INPUT MATERIAL:
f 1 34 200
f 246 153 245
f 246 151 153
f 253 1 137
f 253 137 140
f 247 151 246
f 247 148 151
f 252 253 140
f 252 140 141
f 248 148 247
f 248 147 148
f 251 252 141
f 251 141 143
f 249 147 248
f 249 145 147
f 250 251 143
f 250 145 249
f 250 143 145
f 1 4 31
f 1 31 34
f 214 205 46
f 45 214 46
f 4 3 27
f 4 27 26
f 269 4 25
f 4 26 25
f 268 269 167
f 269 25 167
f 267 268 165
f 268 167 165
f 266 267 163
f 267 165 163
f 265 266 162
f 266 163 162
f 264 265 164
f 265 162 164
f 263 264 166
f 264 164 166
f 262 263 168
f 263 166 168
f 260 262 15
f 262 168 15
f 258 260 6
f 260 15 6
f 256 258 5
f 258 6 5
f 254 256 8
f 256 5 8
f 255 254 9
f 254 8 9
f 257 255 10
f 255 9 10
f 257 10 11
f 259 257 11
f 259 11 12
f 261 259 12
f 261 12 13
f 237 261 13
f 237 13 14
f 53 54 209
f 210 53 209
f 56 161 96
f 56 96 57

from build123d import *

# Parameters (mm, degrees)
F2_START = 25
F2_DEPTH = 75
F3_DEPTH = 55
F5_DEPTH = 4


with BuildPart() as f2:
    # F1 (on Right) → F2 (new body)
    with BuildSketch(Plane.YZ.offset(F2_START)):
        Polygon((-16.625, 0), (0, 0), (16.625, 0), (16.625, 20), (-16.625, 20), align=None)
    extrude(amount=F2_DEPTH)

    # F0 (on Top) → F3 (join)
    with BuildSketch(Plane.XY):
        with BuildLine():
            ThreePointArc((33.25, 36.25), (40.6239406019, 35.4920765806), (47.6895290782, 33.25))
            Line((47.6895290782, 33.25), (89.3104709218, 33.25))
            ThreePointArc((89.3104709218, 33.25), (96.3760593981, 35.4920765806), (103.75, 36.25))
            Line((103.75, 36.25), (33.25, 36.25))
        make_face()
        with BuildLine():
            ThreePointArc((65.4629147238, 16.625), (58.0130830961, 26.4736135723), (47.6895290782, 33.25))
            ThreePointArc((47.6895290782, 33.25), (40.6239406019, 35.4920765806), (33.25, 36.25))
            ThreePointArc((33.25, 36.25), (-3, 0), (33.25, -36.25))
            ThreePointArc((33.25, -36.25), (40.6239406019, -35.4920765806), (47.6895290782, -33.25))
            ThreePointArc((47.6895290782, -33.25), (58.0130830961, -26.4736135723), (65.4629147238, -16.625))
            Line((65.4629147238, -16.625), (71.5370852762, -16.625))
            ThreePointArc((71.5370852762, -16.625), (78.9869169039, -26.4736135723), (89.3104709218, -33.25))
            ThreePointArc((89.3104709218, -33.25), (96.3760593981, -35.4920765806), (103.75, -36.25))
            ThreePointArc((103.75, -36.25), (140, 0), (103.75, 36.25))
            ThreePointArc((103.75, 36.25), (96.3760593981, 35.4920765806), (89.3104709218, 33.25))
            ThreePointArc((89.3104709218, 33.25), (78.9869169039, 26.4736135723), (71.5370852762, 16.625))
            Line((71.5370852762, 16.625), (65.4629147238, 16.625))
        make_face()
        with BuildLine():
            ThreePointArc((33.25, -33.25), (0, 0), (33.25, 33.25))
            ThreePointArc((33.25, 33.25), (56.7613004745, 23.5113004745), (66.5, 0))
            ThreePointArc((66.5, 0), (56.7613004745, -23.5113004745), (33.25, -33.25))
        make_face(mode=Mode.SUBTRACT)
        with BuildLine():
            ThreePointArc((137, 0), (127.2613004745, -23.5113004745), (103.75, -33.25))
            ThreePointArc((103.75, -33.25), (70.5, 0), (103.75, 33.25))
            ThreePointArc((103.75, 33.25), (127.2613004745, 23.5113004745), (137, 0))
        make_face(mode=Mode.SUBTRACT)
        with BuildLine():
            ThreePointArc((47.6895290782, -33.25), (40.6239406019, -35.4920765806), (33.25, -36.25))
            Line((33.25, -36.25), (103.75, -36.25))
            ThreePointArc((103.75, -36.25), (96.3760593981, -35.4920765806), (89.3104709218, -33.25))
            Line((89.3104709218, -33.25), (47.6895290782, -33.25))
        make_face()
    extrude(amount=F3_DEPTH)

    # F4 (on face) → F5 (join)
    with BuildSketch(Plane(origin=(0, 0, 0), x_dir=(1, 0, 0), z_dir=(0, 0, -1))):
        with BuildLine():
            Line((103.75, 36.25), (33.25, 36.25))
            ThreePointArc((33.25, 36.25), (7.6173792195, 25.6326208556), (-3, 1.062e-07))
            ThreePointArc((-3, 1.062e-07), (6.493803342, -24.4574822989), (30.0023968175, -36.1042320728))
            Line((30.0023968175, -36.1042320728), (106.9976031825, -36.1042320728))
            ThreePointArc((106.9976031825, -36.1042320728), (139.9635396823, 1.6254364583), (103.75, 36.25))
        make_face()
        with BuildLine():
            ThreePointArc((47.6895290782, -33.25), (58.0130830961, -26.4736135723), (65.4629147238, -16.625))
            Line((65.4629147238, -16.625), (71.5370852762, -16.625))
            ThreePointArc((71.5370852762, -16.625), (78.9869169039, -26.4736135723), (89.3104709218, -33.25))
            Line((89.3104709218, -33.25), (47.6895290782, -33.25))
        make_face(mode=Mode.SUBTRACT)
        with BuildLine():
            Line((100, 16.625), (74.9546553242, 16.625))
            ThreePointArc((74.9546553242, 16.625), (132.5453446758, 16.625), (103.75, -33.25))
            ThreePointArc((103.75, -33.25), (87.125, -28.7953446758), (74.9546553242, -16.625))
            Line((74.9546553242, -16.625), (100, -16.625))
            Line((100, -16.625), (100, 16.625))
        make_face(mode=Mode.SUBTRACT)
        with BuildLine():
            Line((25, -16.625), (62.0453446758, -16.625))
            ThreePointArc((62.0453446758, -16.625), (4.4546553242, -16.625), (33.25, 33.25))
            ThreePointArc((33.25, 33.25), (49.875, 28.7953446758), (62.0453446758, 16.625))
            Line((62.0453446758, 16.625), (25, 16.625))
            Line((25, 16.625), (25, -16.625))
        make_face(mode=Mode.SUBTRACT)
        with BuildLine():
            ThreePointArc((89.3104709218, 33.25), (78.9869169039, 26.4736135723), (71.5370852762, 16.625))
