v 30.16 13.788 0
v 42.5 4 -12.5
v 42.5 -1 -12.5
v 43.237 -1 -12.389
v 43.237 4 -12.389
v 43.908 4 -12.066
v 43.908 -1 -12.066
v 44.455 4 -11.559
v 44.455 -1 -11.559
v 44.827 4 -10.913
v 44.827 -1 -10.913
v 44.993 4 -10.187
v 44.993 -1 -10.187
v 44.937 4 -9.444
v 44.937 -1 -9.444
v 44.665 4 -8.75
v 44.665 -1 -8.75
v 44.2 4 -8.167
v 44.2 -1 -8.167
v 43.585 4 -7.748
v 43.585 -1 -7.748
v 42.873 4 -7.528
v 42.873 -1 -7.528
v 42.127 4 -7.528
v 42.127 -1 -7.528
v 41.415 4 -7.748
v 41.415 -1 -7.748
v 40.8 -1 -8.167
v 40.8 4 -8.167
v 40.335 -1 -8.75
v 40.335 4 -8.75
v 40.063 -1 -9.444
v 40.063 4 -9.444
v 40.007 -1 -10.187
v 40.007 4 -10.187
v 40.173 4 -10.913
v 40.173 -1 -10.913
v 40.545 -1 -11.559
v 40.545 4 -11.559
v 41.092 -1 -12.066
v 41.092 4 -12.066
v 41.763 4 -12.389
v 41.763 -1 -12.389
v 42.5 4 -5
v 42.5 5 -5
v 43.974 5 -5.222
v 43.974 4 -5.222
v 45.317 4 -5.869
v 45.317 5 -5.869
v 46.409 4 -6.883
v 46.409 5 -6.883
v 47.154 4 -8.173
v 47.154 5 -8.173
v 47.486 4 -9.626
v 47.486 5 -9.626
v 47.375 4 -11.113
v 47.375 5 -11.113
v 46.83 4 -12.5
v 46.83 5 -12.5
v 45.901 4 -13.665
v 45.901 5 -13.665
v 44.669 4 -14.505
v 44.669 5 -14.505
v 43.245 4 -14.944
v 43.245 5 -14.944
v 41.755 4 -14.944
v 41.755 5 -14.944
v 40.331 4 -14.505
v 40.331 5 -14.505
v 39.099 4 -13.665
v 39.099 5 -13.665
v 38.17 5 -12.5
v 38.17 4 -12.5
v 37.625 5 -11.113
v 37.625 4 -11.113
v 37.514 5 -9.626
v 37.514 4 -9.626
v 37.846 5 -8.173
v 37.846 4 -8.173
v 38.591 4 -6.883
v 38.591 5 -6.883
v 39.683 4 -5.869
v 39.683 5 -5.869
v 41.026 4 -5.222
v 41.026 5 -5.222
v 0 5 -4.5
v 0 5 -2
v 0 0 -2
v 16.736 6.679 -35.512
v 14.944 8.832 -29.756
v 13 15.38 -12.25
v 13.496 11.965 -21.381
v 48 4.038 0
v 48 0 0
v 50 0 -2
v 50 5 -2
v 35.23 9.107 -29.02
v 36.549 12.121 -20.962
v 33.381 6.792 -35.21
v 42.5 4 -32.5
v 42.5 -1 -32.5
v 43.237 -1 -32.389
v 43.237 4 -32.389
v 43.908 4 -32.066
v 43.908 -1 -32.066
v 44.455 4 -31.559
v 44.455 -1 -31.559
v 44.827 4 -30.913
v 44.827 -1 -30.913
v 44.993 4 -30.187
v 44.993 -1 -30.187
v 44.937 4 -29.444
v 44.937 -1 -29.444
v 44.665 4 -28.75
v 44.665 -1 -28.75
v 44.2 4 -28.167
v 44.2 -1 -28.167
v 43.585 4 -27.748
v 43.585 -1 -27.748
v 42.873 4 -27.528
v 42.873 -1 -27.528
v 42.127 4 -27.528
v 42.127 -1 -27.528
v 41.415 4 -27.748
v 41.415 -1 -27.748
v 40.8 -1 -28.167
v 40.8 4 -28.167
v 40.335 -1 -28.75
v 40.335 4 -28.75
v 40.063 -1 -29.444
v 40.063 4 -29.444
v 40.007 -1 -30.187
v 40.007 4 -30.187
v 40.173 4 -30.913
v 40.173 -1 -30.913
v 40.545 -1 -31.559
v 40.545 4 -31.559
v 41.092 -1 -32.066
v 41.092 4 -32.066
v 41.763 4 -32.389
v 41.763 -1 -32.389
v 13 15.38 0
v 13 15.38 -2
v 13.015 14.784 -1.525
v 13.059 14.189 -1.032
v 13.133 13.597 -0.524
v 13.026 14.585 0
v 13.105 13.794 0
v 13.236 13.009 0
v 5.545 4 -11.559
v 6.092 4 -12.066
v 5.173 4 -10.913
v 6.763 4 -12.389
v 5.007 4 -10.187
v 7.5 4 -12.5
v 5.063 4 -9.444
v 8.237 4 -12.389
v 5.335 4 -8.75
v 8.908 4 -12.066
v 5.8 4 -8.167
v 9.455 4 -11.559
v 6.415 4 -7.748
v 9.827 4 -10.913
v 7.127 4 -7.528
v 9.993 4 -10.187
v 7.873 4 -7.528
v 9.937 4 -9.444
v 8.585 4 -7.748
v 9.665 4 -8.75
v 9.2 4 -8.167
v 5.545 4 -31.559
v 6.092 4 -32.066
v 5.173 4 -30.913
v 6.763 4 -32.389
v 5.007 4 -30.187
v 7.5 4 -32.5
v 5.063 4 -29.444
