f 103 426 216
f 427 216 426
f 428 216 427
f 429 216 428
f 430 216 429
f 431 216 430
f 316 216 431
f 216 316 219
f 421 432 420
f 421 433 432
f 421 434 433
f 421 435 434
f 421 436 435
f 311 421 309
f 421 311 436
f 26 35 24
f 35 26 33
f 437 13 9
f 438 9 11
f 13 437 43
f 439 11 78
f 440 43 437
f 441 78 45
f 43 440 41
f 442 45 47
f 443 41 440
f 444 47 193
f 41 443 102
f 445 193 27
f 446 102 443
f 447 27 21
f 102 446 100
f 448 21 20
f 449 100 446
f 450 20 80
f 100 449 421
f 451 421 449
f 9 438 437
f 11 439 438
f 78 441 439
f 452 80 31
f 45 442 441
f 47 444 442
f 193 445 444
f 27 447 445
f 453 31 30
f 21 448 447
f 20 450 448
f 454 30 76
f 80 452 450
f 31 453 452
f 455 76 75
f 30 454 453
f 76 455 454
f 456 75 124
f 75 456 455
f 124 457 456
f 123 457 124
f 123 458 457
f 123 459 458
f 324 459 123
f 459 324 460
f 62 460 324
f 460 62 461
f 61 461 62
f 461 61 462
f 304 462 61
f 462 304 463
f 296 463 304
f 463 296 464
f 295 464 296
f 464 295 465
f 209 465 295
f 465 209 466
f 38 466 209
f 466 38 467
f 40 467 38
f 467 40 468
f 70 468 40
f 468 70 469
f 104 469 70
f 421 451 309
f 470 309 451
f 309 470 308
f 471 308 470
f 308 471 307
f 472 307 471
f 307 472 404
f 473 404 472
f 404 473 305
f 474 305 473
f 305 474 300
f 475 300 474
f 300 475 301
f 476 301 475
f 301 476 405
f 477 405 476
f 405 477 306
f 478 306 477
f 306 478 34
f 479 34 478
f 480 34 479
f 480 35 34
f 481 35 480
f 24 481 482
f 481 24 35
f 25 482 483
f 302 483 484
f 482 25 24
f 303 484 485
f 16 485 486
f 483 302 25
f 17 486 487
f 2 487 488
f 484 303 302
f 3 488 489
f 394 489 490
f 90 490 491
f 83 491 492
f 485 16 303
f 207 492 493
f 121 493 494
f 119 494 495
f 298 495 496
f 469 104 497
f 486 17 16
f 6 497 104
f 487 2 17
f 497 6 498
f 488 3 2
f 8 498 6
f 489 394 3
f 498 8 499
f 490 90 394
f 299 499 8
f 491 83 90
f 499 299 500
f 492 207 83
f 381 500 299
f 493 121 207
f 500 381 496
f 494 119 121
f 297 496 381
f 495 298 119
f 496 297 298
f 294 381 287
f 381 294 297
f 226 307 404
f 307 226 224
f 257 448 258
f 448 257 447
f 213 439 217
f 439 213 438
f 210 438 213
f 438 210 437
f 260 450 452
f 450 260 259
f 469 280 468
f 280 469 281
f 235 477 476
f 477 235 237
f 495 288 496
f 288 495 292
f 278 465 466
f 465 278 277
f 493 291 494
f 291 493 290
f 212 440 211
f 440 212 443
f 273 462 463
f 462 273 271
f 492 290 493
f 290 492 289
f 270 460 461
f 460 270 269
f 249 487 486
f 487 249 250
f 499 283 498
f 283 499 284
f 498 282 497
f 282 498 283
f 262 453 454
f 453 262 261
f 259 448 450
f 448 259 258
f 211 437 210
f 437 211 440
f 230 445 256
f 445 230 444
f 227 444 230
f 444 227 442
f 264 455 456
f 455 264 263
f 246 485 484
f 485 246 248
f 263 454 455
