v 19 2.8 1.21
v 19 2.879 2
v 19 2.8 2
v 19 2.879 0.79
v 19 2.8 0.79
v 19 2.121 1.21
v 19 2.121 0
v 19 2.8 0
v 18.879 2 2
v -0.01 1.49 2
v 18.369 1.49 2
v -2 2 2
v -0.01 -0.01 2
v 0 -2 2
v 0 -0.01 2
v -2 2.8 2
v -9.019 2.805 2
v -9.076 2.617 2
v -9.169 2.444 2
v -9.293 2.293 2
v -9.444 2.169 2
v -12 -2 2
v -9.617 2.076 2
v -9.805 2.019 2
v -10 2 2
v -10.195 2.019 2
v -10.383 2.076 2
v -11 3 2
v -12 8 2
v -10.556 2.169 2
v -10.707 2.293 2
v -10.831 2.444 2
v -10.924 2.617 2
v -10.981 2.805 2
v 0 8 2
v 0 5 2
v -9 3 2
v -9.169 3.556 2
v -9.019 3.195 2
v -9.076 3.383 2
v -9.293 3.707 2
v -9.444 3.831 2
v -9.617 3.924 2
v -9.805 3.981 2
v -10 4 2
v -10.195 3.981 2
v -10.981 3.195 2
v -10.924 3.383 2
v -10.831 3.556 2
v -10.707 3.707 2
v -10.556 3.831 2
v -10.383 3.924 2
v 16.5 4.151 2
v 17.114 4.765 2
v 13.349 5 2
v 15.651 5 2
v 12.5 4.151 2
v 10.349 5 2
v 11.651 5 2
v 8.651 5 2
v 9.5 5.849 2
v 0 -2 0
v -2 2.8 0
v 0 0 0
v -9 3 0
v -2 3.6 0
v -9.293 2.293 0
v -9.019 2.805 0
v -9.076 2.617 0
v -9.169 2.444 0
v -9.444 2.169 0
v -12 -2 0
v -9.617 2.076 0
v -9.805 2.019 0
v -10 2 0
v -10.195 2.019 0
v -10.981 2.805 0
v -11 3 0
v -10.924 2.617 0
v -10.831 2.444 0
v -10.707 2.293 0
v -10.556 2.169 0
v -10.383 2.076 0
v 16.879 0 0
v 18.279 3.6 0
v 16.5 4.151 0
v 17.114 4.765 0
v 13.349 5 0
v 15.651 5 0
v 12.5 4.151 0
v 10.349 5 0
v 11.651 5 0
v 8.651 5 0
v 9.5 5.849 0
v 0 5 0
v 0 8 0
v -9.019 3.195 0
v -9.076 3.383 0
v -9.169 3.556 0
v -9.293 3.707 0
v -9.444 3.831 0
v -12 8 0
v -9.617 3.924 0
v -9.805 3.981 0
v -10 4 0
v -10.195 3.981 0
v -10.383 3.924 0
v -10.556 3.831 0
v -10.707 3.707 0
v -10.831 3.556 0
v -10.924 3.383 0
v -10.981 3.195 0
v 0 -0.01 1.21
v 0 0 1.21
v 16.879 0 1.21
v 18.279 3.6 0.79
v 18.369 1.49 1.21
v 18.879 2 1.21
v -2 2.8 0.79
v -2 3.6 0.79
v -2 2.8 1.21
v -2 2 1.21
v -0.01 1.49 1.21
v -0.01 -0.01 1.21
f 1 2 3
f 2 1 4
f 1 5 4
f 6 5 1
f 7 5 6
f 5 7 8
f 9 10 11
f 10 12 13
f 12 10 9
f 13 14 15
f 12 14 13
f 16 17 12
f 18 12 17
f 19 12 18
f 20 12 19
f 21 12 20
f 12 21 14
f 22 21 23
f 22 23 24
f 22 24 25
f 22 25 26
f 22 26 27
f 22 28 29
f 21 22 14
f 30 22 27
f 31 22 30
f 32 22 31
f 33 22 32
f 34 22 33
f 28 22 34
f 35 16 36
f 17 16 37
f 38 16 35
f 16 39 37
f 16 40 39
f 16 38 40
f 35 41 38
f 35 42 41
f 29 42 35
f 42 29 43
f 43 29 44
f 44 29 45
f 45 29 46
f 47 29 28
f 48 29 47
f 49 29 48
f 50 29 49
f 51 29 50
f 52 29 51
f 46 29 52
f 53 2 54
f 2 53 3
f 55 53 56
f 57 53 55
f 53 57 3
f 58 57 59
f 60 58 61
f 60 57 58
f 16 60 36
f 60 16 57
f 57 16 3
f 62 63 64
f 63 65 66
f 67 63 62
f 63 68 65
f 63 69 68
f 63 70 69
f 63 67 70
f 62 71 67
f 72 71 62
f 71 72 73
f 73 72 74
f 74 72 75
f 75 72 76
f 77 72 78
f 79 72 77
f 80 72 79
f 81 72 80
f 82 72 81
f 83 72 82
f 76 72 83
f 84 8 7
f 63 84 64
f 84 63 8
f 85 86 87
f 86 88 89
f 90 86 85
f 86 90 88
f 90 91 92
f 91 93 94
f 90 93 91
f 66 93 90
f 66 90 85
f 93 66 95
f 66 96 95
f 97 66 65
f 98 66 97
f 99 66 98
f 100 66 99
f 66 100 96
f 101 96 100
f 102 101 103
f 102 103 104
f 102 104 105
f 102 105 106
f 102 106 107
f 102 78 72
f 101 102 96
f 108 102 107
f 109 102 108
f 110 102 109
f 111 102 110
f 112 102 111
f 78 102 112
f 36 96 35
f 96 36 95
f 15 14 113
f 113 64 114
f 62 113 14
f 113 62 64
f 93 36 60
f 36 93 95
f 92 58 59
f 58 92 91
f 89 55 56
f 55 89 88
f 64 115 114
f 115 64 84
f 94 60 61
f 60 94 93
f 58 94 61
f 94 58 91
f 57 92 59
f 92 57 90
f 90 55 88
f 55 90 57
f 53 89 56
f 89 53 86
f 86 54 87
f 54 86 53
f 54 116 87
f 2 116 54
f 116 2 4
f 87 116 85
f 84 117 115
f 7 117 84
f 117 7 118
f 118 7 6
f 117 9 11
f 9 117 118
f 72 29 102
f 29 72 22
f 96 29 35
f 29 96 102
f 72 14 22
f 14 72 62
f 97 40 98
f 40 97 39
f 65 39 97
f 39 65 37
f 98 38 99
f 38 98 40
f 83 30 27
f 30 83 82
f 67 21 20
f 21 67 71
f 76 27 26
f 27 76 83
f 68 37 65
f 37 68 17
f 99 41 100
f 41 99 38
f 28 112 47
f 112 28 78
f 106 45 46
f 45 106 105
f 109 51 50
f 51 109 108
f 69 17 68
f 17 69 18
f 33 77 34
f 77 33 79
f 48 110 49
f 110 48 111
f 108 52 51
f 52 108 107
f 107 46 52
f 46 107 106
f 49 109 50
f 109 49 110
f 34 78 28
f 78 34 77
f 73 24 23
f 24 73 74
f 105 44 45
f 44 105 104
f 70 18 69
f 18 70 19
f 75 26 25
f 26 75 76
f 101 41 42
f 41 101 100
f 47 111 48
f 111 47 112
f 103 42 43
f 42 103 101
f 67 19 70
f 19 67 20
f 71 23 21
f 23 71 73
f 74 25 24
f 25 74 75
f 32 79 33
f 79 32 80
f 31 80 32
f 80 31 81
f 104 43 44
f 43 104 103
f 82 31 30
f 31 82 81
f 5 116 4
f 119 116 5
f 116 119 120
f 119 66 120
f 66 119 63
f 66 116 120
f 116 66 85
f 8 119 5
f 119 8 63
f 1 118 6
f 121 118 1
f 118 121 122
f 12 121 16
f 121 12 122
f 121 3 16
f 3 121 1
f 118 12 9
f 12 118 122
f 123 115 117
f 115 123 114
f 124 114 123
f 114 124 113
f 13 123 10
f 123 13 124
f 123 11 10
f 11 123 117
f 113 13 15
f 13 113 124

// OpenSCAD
// print flat at 0.08mm layer height

module A_ShaftCut(length=8) {
  CUT_SIZE=[length,length,3];
  
  rotate([0,0,45])
  translate([0,0,0.5*CUT_SIZE[2]-0.5])
  translate(CUT_SIZE*-.5)
    cube(CUT_SIZE);
}

module A_Tooth() {
  SIZE_TOOTH=[1.2,1.2,2];
  
  rotate([0,0,45])
  translate([0,0,SIZE_TOOTH[2]*.5])
  translate(-.5*SIZE_TOOTH)
    cube(SIZE_TOOTH);
}

module A_Shaft() {
  difference() {
    union() {
      cube([19,5,2]);

      translate([9.5,5,0])
        A_Tooth();
    }
    
    translate([12.5,5,0])
      A_Tooth();

    translate([16.5,5,0])
      A_Tooth();
    
    // Bevelled ends
    translate([19,5,0])
      A_ShaftCut(3);
    
    translate([19,0,0])
      A_ShaftCut(3);
  }
}

module B_KeyBlank() {
  difference(){
    union() {
      // head
      translate([-12,-2,0])
        cube([12,10,2]);
      
      A_Shaft();
    }
    
    translate([-10,3,-1])
    cylinder(r=1, $fn=32, h=4);
    
    // channel 1
    translate([-2,2.8,-0.01])
      cube([19+4,0.8,0.8]);
   
    // channel 2
    translate([-2,2,2-0.8+0.01])
      cube([19+4,0.8,0.8]);
    
    // channel 3 (at the bottom of the blank)
    translate([-0.01,-0.01,2-0.8+0.01])
      cube([19+1,1.5,0.8]);
  }
}

module Z_Main(){

  B_KeyBlank();
  
}

Z_Main();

WORK REQUEST: Start with the line above that contains "f 20 450 448" and stop after the line that contains "f 295 464 296". Output those lines exactly, and only those.

RESULT OF THE TASK:
f 20 450 448
f 454 30 76
f 80 452 450
f 31 453 452
f 455 76 75
f 30 454 453
f 76 455 454
f 456 75 124
f 75 456 455
f 124 457 456
f 123 457 124
f 123 458 457
f 123 459 458
f 324 459 123
f 459 324 460
f 62 460 324
f 460 62 461
f 61 461 62
f 461 61 462
f 304 462 61
f 462 304 463
f 296 463 304
f 463 296 464
f 295 464 296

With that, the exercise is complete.